Start of Task data

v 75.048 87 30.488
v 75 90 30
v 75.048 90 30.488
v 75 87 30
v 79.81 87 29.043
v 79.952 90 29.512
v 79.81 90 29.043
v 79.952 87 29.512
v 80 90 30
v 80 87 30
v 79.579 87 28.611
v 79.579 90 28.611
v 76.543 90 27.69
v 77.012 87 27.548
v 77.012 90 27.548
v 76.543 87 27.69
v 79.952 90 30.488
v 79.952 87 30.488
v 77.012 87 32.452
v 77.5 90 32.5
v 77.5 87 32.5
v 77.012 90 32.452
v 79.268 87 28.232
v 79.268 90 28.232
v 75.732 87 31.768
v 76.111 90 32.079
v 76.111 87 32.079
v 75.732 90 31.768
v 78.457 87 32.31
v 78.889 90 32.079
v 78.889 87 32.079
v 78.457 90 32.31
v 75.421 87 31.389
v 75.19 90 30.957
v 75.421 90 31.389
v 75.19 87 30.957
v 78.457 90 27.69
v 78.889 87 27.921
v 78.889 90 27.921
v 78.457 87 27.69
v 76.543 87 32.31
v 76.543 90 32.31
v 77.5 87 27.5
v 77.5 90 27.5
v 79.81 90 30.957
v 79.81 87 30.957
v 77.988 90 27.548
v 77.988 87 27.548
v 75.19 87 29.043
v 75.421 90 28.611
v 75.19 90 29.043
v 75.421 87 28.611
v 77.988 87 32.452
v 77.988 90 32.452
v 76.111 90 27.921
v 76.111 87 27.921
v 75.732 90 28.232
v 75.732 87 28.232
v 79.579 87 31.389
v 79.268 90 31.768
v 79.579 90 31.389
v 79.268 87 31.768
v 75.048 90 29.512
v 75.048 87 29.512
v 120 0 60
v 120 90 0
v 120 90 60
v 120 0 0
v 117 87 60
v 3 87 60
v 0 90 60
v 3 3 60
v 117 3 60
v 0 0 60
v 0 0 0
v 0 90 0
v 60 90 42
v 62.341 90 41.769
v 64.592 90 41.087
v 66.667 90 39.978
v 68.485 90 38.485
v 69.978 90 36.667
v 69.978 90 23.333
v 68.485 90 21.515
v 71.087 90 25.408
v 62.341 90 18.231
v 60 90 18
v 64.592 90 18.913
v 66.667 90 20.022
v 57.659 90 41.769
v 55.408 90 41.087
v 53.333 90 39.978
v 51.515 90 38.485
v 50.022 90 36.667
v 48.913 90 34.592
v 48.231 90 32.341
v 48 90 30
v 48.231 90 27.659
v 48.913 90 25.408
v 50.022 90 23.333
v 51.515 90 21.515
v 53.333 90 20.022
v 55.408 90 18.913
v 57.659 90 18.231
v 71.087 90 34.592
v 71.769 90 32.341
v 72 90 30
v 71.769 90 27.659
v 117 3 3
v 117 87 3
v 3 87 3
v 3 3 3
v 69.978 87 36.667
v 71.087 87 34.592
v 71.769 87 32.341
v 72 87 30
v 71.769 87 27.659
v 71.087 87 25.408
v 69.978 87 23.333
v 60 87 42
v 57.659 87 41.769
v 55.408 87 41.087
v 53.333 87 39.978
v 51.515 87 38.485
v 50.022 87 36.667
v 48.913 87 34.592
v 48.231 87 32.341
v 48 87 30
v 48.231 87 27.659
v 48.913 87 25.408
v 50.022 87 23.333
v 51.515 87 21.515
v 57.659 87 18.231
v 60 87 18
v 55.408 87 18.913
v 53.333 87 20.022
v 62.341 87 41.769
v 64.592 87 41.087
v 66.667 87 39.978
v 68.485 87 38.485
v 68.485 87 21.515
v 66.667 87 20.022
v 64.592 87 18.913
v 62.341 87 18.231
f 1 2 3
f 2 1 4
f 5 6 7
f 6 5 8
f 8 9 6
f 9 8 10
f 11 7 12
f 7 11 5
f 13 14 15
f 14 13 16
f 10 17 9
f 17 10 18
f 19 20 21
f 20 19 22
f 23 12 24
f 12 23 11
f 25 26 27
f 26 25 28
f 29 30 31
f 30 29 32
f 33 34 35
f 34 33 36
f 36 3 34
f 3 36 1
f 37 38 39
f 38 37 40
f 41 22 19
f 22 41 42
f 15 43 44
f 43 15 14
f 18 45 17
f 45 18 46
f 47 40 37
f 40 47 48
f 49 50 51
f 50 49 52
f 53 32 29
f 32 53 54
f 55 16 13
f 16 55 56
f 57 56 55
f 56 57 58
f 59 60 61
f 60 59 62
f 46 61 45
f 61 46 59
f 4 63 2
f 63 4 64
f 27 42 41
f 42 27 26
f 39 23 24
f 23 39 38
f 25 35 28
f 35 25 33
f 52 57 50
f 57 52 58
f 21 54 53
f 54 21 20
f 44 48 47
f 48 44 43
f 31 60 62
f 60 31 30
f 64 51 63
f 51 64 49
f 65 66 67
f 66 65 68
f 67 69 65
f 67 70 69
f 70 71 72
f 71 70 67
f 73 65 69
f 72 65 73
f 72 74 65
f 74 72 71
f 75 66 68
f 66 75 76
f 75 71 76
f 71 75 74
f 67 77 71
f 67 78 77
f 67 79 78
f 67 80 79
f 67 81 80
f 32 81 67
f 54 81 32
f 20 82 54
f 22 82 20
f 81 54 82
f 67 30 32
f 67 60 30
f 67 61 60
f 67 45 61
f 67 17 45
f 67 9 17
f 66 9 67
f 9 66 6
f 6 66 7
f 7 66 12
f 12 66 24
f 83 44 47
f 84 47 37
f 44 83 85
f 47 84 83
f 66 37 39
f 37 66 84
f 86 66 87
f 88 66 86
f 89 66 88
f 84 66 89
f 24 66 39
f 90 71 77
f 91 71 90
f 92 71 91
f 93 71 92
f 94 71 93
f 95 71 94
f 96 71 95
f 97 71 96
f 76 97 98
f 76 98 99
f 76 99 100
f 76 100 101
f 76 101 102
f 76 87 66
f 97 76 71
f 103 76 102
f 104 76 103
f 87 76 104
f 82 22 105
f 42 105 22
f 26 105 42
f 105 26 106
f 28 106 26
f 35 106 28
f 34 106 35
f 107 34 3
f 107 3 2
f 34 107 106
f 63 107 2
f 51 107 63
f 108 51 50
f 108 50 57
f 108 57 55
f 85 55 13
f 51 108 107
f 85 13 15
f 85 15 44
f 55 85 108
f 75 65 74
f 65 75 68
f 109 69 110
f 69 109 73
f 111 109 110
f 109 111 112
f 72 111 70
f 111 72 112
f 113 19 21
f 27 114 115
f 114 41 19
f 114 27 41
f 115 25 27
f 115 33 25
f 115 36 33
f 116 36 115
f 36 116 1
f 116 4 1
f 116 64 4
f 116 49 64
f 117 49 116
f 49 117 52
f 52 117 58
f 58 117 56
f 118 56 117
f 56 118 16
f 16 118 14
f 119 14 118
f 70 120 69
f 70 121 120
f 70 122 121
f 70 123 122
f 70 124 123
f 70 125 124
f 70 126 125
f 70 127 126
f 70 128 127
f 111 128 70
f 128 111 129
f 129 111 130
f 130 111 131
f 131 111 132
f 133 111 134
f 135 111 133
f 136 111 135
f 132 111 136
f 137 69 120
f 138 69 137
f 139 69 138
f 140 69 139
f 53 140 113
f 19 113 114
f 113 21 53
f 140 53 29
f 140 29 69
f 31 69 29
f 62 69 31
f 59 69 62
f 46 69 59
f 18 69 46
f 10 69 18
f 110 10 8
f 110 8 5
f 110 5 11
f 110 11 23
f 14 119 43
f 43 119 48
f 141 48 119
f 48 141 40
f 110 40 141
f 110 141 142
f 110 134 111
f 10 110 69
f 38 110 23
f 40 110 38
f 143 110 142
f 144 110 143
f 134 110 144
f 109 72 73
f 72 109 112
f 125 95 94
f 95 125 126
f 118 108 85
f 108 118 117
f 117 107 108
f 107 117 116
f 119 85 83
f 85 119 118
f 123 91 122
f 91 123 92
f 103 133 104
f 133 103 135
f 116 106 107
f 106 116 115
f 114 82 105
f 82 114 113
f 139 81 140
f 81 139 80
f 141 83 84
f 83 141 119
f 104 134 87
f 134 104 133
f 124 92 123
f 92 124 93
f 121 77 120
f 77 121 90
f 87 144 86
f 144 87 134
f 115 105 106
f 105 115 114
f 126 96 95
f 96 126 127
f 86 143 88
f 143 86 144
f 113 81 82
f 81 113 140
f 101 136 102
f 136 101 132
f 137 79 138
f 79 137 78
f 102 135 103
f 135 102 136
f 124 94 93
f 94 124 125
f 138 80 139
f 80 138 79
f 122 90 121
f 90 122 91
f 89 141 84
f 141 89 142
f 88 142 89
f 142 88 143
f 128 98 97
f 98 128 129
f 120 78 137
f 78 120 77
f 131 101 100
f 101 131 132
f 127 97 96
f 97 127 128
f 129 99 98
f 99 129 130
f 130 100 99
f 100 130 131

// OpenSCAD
$fn = 32;

// ----------------------------------------------------------------------
// Vent box: roundvent enclosure
// ----------------------------------------------------------------------

// --- parameters (mm) ---
box_l = 120;              // box length, X
box_w = 90;               // box width, Y
box_h = 60;               // box height, Z
wall_t = 3;               // shell wall thickness
vent_d = 24;              // central vent diameter
ring_d = 5;               // ring hole diameter
n_ring = 6;               // holes in the ring
ring_r = 17.5;            // ring radius
fit_tol = 0.02;           // tolerance for press fits, mm
free_tol = 0.2;           // tolerance for clearance fits, mm

ring_step = 360 / n_ring;  // ring hole angular step

difference() {
  cube([box_l, box_w, box_h]);
  translate([wall_t, wall_t, wall_t])
    cube([box_l - 2 * wall_t, box_w - 2 * wall_t, box_h]);
  translate([box_l / 2, box_w - wall_t - 1, box_h / 2])
    rotate([-90, 0, 0]) cylinder(h = wall_t + 2, d = vent_d);
  for (i = [0 : n_ring - 1])
    translate([box_l / 2, box_w - wall_t - 1, box_h / 2])
      rotate([0, 0, i * ring_step])
        translate([ring_r, 0, 0]) rotate([-90, 0, 0])
          cylinder(h = wall_t + 2, d = ring_d);
}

End of Task data

◆ **What to work on**: What are the lines, exactly as written above, from the line with "f 28 106 26" to the line with "f 110 40 141", both included? Output only those.

◆ **Solution**:
f 28 106 26
f 35 106 28
f 34 106 35
f 107 34 3
f 107 3 2
f 34 107 106
f 63 107 2
f 51 107 63
f 108 51 50
f 108 50 57
f 108 57 55
f 85 55 13
f 51 108 107
f 85 13 15
f 85 15 44
f 55 85 108
f 75 65 74
f 65 75 68
f 109 69 110
f 69 109 73
f 111 109 110
f 109 111 112
f 72 111 70
f 111 72 112
f 113 19 21
f 27 114 115
f 114 41 19
f 114 27 41
f 115 25 27
f 115 33 25
f 115 36 33
f 116 36 115
f 36 116 1
f 116 4 1
f 116 64 4
f 116 49 64
f 117 49 116
f 49 117 52
f 52 117 58
f 58 117 56
f 118 56 117
f 56 118 16
f 16 118 14
f 119 14 118
f 70 120 69
f 70 121 120
f 70 122 121
f 70 123 122
f 70 124 123
f 70 125 124
f 70 126 125
f 70 127 126
f 70 128 127
f 111 128 70
f 128 111 129
f 129 111 130
f 130 111 131
f 131 111 132
f 133 111 134
f 135 111 133
f 136 111 135
f 132 111 136
f 137 69 120
f 138 69 137
f 139 69 138
f 140 69 139
f 53 140 113
f 19 113 114
f 113 21 53
f 140 53 29
f 140 29 69
f 31 69 29
f 62 69 31
f 59 69 62
f 46 69 59
f 18 69 46
f 10 69 18
f 110 10 8
f 110 8 5
f 110 5 11
f 110 11 23
f 14 119 43
f 43 119 48
f 141 48 119
f 48 141 40
f 110 40 141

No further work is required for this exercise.